START DATA FOR PROCESSING

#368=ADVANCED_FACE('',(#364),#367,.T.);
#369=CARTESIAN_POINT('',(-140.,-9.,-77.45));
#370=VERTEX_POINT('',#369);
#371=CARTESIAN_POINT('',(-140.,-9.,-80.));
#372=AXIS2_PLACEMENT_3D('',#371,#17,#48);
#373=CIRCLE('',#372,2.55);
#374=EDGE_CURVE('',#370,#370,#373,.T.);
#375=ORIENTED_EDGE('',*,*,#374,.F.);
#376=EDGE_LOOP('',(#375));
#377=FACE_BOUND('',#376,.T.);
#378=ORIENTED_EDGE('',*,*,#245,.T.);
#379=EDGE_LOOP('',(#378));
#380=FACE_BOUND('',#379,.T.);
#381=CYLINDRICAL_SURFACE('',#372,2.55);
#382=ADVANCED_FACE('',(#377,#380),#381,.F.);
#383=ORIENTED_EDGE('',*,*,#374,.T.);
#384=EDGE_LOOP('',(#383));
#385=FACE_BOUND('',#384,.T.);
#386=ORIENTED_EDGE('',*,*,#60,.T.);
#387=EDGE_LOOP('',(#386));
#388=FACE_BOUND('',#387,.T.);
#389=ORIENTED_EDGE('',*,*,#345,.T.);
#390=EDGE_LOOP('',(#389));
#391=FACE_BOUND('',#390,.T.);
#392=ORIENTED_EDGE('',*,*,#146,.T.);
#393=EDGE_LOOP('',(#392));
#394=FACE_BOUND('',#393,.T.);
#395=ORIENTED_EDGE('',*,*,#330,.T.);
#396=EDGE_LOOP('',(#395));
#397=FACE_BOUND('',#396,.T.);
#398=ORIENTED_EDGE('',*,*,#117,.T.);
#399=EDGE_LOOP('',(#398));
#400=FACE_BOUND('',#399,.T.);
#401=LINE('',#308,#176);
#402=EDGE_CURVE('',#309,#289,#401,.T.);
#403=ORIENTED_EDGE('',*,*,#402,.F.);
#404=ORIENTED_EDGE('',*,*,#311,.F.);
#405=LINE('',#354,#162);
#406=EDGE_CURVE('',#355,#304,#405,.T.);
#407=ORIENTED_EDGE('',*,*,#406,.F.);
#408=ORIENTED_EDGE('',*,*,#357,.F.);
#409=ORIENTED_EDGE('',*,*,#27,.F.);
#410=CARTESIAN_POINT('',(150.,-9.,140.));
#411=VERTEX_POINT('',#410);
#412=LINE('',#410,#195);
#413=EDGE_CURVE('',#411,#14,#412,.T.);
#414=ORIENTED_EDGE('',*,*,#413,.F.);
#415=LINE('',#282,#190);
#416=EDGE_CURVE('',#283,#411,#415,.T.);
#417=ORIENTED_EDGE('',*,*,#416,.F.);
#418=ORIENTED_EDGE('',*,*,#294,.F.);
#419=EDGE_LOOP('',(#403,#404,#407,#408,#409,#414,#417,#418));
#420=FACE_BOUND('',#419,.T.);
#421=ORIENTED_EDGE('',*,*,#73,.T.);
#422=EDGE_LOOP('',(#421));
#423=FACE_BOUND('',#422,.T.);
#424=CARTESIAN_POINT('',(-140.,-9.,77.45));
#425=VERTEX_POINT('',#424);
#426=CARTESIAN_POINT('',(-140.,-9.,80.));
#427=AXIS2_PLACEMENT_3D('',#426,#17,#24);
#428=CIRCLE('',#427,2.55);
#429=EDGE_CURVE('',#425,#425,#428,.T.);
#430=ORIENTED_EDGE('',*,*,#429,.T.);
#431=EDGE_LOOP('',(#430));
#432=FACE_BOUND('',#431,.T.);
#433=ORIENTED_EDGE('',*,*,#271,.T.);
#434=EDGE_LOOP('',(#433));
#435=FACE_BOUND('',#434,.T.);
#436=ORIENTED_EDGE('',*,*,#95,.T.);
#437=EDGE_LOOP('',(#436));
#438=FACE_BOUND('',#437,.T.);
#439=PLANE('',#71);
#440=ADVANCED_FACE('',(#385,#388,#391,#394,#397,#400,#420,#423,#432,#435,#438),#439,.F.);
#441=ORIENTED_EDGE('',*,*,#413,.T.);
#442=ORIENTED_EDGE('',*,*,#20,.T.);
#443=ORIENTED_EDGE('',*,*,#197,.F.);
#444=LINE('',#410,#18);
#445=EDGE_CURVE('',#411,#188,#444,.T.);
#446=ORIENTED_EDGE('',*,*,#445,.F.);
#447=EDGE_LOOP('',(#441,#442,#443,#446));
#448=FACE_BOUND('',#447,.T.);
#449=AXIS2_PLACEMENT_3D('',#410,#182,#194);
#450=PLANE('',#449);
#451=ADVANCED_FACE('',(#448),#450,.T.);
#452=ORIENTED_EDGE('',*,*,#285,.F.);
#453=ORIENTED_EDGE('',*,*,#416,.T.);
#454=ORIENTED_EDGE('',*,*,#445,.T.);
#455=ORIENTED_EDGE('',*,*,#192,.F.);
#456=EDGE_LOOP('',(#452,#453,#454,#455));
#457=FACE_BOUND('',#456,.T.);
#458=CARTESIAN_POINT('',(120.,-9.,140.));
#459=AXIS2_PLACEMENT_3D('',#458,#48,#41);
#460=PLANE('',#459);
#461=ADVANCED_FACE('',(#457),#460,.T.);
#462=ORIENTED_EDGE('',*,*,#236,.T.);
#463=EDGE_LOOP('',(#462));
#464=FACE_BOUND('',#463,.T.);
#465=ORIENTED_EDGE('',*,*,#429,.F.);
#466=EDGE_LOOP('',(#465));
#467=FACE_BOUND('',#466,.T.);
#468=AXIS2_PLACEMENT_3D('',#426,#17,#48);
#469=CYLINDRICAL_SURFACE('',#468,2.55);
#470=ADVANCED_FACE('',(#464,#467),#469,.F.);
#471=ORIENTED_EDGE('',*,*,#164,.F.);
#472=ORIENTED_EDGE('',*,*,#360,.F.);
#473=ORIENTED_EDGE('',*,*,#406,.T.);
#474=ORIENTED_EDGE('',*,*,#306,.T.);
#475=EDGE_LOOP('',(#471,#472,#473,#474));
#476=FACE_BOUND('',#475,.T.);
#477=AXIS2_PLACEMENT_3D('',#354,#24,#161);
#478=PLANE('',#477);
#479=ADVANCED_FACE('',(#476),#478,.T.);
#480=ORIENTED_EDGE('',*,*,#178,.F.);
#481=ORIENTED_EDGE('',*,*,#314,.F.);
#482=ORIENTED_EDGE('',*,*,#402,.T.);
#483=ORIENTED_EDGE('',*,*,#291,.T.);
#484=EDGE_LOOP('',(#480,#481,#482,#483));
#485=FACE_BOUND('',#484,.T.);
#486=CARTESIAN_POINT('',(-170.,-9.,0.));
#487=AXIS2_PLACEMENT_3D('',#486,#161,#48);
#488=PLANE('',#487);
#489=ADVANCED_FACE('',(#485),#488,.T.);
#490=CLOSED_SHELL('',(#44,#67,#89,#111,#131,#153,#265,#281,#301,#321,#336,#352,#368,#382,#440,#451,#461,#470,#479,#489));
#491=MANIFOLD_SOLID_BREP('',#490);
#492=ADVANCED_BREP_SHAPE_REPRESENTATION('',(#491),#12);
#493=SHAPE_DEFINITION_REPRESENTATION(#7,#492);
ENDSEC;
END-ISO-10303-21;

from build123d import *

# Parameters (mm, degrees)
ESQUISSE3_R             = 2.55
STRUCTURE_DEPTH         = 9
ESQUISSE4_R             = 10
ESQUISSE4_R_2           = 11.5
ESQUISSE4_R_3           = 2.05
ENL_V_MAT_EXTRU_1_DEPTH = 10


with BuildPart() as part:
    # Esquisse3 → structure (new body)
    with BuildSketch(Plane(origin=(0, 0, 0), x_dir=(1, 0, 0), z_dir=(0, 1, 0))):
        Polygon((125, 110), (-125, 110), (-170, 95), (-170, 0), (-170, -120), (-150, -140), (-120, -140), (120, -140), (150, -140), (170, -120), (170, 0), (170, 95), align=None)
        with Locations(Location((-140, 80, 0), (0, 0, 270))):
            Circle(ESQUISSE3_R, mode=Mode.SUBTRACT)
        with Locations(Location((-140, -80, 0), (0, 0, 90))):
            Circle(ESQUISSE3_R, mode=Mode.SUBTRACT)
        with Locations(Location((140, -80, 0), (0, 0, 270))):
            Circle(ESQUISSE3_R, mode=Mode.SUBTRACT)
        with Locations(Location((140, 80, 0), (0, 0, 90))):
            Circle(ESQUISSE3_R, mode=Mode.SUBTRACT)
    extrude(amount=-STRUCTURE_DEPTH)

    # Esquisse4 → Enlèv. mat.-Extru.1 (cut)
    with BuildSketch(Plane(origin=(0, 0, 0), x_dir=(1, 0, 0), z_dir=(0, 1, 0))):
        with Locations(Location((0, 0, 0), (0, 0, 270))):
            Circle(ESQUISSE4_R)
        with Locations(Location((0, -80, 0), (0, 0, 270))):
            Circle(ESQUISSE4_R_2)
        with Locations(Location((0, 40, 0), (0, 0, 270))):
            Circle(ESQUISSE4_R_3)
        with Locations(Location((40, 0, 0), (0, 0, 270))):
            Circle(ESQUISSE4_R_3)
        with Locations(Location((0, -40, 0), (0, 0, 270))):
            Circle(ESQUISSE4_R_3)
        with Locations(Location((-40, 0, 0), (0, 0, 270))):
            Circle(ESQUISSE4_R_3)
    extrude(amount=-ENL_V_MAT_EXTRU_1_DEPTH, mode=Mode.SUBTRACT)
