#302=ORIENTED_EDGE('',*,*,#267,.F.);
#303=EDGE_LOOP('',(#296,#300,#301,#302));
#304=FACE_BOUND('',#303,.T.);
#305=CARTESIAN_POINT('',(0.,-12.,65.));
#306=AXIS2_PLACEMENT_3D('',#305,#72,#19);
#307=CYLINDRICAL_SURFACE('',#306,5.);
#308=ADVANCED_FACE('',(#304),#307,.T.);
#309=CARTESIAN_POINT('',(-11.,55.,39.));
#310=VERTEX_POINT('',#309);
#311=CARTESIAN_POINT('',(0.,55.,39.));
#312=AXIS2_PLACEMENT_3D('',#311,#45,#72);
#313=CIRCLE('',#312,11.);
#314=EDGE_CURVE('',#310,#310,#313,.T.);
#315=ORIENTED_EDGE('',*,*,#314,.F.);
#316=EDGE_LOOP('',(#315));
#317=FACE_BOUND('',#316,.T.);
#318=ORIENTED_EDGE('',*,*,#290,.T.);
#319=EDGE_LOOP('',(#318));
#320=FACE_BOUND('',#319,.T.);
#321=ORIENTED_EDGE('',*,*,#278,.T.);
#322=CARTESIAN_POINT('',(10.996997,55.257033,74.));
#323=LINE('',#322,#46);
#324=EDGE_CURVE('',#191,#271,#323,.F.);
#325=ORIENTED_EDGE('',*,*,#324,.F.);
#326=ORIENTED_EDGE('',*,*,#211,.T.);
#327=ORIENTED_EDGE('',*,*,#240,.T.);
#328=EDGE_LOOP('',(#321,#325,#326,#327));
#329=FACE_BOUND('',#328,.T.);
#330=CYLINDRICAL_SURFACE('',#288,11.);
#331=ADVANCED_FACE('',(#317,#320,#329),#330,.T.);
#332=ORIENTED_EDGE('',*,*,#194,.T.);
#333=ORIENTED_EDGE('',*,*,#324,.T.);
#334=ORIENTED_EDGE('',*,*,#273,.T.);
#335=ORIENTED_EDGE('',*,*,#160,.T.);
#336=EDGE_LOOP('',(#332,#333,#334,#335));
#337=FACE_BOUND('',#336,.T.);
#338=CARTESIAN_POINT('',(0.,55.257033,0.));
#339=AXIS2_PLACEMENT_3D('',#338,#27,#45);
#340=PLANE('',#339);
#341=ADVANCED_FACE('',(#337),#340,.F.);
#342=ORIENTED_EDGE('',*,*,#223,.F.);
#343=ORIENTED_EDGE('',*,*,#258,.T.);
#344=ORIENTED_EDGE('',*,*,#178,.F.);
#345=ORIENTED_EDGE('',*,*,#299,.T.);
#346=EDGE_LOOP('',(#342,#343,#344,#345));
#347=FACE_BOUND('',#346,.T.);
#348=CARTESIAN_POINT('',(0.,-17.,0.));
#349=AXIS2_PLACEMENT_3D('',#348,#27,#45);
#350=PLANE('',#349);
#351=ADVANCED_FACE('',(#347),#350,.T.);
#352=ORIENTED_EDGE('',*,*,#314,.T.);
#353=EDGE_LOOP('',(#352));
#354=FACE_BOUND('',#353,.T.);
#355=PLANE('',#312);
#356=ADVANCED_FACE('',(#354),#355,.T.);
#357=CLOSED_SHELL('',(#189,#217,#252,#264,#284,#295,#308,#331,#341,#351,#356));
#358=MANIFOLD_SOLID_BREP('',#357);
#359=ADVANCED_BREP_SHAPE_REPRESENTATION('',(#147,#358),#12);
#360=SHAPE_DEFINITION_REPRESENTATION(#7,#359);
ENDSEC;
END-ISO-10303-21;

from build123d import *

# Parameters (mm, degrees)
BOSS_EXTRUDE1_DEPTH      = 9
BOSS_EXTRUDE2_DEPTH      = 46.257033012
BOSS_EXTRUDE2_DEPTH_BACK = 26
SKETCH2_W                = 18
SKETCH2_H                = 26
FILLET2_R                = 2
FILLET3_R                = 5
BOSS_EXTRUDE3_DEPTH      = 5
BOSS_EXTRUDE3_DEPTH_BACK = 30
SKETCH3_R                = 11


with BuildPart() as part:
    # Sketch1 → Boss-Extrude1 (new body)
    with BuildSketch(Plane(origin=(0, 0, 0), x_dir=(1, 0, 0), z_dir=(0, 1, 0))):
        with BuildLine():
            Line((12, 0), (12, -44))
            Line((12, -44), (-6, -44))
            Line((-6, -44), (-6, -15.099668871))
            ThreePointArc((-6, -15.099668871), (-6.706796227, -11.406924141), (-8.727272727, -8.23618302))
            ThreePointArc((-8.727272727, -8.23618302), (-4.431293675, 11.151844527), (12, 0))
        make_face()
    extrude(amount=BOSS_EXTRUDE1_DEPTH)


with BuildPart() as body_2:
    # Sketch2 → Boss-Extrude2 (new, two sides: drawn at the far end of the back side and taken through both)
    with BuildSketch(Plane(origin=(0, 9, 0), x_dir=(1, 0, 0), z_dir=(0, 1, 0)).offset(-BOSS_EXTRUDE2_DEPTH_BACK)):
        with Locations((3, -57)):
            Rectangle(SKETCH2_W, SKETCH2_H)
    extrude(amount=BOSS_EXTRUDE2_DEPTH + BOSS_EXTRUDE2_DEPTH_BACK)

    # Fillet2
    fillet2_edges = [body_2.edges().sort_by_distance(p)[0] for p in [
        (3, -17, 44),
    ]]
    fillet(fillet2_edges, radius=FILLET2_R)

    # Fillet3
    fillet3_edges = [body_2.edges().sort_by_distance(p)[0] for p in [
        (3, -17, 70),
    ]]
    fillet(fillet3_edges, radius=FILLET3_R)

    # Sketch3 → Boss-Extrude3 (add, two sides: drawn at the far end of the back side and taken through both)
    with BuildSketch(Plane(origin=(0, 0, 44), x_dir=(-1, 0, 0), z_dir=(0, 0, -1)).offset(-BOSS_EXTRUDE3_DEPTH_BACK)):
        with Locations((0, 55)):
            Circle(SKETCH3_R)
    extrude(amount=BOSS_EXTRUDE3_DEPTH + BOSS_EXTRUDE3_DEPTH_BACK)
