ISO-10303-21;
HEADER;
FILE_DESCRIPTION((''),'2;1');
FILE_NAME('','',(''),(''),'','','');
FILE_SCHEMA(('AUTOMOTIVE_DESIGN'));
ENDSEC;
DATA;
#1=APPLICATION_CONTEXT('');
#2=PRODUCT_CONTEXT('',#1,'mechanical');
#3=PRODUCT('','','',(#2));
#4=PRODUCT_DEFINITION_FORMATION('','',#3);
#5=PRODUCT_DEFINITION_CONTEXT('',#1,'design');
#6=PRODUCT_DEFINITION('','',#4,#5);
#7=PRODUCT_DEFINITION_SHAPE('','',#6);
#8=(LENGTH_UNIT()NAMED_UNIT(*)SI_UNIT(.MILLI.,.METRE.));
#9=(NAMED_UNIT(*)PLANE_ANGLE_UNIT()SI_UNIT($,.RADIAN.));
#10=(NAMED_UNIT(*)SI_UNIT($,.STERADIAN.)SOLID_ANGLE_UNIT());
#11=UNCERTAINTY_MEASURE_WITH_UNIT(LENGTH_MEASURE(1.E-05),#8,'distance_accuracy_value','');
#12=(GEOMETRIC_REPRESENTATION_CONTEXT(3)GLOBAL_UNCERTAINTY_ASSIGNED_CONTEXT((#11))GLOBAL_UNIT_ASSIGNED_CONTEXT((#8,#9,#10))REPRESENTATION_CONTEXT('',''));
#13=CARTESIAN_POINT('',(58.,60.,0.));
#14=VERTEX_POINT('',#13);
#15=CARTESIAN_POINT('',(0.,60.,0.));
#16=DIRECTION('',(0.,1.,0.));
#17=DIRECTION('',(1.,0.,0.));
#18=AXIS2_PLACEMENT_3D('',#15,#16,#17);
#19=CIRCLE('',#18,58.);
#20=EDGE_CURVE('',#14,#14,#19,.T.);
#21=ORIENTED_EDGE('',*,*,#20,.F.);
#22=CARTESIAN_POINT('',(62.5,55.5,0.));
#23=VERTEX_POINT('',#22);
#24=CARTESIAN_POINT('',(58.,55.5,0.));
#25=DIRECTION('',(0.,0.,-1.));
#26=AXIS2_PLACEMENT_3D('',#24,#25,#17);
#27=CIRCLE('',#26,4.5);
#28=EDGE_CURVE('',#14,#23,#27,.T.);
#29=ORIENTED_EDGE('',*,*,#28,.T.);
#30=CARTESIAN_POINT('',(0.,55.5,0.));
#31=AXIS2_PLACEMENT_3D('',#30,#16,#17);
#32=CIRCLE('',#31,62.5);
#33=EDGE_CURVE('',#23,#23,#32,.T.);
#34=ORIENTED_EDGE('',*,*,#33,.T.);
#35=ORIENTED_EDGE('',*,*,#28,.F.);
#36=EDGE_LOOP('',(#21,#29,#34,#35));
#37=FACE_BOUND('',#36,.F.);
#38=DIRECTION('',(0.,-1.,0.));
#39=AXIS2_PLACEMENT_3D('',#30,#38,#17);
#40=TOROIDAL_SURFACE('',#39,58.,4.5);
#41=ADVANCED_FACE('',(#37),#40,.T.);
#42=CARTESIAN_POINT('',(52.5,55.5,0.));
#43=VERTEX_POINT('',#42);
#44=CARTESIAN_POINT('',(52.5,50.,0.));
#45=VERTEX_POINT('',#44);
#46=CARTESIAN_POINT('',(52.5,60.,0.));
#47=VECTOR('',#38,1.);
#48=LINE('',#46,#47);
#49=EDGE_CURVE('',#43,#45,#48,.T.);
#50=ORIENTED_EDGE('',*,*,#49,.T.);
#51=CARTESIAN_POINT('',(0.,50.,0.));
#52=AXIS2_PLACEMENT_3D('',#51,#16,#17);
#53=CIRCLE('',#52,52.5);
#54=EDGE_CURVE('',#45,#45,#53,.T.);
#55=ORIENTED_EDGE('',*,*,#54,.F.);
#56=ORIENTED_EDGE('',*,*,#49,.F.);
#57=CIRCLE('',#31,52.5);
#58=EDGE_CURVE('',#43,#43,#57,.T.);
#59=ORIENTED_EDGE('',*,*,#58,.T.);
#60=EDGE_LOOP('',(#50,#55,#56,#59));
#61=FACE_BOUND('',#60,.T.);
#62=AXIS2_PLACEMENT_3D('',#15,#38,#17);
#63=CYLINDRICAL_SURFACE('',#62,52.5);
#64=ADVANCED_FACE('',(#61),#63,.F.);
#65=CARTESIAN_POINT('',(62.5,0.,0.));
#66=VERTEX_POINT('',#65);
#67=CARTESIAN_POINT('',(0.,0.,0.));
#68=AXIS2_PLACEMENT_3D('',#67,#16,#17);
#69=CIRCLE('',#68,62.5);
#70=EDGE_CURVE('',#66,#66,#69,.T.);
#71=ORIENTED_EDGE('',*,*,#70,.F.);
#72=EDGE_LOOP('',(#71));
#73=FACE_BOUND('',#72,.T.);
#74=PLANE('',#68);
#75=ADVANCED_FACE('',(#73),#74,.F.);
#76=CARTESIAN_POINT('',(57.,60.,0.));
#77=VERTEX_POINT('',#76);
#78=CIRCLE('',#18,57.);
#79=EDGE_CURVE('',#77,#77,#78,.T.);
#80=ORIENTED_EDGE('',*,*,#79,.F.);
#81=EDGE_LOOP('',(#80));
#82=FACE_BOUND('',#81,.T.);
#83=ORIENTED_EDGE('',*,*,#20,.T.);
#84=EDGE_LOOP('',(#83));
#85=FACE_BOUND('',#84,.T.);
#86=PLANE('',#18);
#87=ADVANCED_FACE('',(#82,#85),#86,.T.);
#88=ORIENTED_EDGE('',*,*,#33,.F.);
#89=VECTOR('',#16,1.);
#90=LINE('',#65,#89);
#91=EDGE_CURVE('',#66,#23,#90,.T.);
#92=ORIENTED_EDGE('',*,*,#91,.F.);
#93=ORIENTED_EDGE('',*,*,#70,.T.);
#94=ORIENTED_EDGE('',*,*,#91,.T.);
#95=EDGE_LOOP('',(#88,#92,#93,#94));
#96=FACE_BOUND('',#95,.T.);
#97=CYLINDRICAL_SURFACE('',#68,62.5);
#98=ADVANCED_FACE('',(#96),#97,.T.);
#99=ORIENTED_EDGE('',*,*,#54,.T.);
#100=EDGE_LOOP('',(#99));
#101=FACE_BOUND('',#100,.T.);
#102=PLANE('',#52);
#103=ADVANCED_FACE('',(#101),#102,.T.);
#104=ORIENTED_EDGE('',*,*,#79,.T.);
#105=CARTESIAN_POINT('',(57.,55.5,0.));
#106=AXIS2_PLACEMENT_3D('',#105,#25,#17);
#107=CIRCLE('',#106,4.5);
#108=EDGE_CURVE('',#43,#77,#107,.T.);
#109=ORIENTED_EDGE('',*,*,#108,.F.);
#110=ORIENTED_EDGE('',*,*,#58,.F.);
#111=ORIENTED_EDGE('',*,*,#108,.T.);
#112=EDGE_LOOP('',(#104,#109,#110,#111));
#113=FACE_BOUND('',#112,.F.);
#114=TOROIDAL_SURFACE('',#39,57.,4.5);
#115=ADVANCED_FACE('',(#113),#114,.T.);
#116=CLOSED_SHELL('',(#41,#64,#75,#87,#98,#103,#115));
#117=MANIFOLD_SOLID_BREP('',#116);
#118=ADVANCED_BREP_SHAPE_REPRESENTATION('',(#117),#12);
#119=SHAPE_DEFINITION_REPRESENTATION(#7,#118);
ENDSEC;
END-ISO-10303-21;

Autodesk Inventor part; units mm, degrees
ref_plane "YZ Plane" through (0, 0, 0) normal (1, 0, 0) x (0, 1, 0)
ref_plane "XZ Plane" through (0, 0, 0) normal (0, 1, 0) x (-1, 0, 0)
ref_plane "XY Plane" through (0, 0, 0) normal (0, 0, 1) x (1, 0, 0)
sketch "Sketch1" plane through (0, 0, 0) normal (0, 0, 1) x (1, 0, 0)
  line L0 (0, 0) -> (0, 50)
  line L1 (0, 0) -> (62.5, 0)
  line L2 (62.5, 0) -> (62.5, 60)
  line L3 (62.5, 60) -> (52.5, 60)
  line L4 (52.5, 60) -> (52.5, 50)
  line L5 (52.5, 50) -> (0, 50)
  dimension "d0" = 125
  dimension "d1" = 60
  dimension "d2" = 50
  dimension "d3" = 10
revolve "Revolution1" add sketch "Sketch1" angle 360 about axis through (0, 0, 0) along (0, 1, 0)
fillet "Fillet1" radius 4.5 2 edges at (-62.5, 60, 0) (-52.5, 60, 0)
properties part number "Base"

END DATA FOR PROCESSING

TASK OBJECTIVE.
Copy the entries word for word. Start at the first line and end with the line containing "#382=ADVANCED_FACE('',(#377,#380),#381,.F.);".

ANSWER SECTION.
#368=ADVANCED_FACE('',(#364),#367,.T.);
#369=CARTESIAN_POINT('',(-140.,-9.,-77.45));
#370=VERTEX_POINT('',#369);
#371=CARTESIAN_POINT('',(-140.,-9.,-80.));
#372=AXIS2_PLACEMENT_3D('',#371,#17,#48);
#373=CIRCLE('',#372,2.55);
#374=EDGE_CURVE('',#370,#370,#373,.T.);
#375=ORIENTED_EDGE('',*,*,#374,.F.);
#376=EDGE_LOOP('',(#375));
#377=FACE_BOUND('',#376,.T.);
#378=ORIENTED_EDGE('',*,*,#245,.T.);
#379=EDGE_LOOP('',(#378));
#380=FACE_BOUND('',#379,.T.);
#381=CYLINDRICAL_SURFACE('',#372,2.55);
#382=ADVANCED_FACE('',(#377,#380),#381,.F.);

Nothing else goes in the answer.